When Bryson DeChambeau caused a deserved stir by petulantly-ripping the clubmaker of his driver after a suspect opening round at the year's Open Championship, the polarizing mass of muscle and mouth may well have unintentionally tilted his flatcap toward a peek at the equipment game's near future.
Of irony, perhaps, is that the target of DeChambeau's slight, Cobra Golf, has long tracked among the leading clubmakers when it comes to experimenting with the technical and manufacturing possibilities of 3D printing.
While such technology, as it pertains to clubheads, has been in play from a research and development vantage for more than a decade (namely for putters), 3D printing's burgeoning abilities to offer more nimble and iterating possibilities from a design and additive manufacturing standpoint could prove a golf game-changer.
And the future is happening in real-time.
Burlington, Mass.-based Desktop Metal, which has worked with Callaway Golf in recent years, scorecards its 3D-printed golf clubs among a portfolio of hundreds of printing and material projects. With the company's Shop System – the world's first metal binder jetting system designed to bring metal 3D printing to machine shops – the process can now move 100 times faster than legacy metal 3D-printing.
As that pertains to the beefs of DeChambeau -- swings speeds and spin rates aside – the lengthy process of designing, customizing, managing weight distribution and manufacturing clubs to creation could soon move markedly faster.
From Desktop's learned purview, 3D-printing provides, among other benefits, more malleability than the three primary clubmaking technologies used today: casting, forging and milling.
"With this process, you get a lot more geometric flexibility by building up the parts layer-by-layer," says Arjun Aggarwal, chief product officer at Desktop Metal. "There are now technologies out there – including some of the solutions that we're offering – that bring the costs of manufacturing down to the point where it's viable to do mediums-runs or even full-on runs."
Speaking specifically to the technology for metal 3D printing, Aggarwal details: "We've got new systems which use what's called 'binder jet 3D printing,' and the whole idea here is that you have a practically empty box to start with, and with very thin, 50-100 micron (one millionth of a meter) layers, you're basically spreading really thin layers of metal powder. And then you go over that layer of metal powder with a print head, something not dissimilar to your 2D inkjet print head, but a very industrial version. With this print head, it's basically a composite, you're gluing these powder particles together in the shape of what you're trying to print."
Employing the same underlying metals used in other clubmaking methods (powder metallurgy is not itself a new technique), the process is repeated, over and over again, before the head is moved to a furnace, where powder particles, together with a binder, form a solid.
Along with reduction of material waste and a less pollutive creation process, Aggarwal believes that 3D-printing of clubs can provide both creators and customers the ability to be more nimble in customization.

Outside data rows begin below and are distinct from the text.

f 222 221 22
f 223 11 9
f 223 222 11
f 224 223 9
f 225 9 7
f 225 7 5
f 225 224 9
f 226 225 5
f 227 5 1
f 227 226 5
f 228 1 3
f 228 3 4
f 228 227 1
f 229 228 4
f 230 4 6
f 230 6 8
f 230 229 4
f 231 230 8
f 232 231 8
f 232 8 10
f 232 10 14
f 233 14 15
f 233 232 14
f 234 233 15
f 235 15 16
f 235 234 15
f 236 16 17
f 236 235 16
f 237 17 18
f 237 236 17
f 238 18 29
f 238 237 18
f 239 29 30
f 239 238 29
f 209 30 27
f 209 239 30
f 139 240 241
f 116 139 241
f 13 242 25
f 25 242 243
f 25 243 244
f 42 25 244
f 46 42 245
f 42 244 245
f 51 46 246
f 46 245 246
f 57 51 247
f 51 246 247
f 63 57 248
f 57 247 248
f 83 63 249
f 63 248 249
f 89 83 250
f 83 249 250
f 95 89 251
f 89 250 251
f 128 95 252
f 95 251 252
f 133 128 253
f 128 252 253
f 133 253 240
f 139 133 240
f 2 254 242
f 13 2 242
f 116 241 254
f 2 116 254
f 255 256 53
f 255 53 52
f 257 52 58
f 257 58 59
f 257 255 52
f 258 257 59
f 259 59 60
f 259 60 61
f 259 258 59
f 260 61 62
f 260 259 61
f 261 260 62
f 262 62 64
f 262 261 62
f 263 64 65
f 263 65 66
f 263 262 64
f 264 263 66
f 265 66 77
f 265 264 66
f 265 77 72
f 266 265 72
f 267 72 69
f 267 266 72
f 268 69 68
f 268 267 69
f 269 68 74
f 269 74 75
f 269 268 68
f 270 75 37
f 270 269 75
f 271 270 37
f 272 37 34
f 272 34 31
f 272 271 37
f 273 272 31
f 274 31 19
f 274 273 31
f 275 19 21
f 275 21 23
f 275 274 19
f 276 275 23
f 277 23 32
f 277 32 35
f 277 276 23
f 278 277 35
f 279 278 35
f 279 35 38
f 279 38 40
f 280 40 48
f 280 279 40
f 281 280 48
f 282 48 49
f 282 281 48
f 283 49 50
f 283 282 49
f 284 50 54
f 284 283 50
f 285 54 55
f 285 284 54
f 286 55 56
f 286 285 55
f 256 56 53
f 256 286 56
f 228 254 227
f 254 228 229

Additionally, Aggarwal says, 3D-printing can offer OEMs (original equipment manufacturers) the benefit of moving faster with R&D and design, along with eventual cost savings in supply chain for mid-sized or even full-on product runs.
"It all starts with the fact that there's no tool required for 3D-printing, whereas with metal injection molding or casting, you need a tool to basically pour the metal or inject the metal into, and that tool often takes weeks or even months to iterate on," Aggarwal continues.

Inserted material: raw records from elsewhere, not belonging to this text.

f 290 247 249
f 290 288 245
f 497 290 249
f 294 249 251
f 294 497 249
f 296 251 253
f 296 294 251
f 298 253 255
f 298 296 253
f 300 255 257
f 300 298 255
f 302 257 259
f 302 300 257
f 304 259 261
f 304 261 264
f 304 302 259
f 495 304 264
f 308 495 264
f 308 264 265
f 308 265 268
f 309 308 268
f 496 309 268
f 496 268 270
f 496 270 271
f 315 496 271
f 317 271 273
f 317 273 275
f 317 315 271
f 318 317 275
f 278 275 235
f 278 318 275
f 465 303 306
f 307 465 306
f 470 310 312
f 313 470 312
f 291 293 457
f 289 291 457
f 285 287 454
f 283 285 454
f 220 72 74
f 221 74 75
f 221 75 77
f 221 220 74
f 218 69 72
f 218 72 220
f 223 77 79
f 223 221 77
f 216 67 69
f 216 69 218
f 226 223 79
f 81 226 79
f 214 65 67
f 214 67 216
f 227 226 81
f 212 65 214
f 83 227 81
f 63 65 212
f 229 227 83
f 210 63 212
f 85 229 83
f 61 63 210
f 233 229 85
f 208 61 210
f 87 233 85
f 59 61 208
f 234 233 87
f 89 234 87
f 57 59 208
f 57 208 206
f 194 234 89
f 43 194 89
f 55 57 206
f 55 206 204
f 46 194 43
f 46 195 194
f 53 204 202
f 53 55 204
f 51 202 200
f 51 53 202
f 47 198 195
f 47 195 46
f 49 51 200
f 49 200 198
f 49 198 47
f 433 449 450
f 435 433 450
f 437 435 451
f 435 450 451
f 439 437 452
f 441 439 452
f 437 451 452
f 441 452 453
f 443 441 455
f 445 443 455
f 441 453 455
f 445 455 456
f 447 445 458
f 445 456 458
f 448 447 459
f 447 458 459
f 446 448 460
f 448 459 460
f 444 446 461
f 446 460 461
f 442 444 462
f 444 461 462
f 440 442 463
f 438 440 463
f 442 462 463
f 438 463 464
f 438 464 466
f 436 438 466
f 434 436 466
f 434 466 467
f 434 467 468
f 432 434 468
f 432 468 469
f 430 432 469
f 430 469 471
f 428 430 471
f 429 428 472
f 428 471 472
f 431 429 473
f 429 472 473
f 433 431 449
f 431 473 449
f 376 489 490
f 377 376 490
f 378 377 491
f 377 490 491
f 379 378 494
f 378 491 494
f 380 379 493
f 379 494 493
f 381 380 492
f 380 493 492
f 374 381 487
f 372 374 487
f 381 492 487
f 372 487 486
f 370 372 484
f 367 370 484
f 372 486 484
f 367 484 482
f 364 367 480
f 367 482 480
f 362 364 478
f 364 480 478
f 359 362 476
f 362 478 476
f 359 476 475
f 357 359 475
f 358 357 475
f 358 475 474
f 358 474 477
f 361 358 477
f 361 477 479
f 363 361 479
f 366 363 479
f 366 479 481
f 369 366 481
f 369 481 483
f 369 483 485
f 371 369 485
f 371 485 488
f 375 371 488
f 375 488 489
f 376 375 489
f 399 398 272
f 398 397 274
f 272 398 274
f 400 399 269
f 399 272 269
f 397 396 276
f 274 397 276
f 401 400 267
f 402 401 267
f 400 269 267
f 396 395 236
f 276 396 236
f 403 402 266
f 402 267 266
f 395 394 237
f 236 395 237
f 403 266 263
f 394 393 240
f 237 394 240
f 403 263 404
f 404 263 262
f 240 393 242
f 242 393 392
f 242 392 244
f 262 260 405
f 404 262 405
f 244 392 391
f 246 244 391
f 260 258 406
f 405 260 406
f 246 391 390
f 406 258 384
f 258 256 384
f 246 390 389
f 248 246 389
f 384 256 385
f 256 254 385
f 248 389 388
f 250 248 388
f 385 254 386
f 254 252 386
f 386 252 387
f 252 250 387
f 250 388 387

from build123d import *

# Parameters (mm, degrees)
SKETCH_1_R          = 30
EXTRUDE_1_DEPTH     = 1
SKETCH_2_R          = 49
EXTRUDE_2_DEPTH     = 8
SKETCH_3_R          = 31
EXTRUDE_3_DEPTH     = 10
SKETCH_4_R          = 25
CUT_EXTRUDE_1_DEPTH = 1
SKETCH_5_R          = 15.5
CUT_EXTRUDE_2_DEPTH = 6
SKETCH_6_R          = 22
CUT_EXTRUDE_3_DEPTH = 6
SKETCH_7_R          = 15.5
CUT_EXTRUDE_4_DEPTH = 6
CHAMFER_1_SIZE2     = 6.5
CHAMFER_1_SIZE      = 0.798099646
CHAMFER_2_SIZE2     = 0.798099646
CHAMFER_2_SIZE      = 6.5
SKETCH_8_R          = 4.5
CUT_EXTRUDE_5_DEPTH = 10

"With 3D-printing, you can print one part today and an entirely different part tomorrow. Or you can print 10 different designs all at once."
Adding that manufacturers can also move on more quickly from designs which may prove duds, Aggarwal believes that the technology can be further beneficial from the vantages of both aesthetics and performance.
"I think 3D-printing is the next evolution of moving around weight," he says. "There's some additional flexibility from a geometry perspective, where not only do you have a solid structure that's weight-distributed to the club's outer edges and things like lattice behind that sweet spot, but you can maintain that high-level of inertia by redistributing weight in a more complex and intricate manner. Whether it's a putter or an iron."
Whatever the club, having more personalized choice in design would appear to behoove the player.
"From a user perspective, having more options, more variations is big," says Aggarwal. "The long-term vision is custom manufacturing, so having a club made for one person is certainly a possibility. I won't say that the economics may be there for the manufacturers, as the logistics can be complex, but from the player side it is something that could be accommodated."
And while DeChambeau, in his driver "sucks" cry, may have unknowingly touched a vibrant nerve in the revolution of club creation, he may well be far from the first with a fresh set up 3D-printed sticks in his bag.
"It's still a newer technology, especially at scale, and I think there's a lot of room to explore if this is a technology to be introduced to the masses, with beginners seeking more club forgiveness, before introducing it to the touring professionals. I think there's a lot of opportunity with the beginners," Aggarwal concludes. "I don't know if it's a technology which will take over the market, but I think 3D printing will prove another tool in the chest for the OEMs to produce clubs with more characteristics."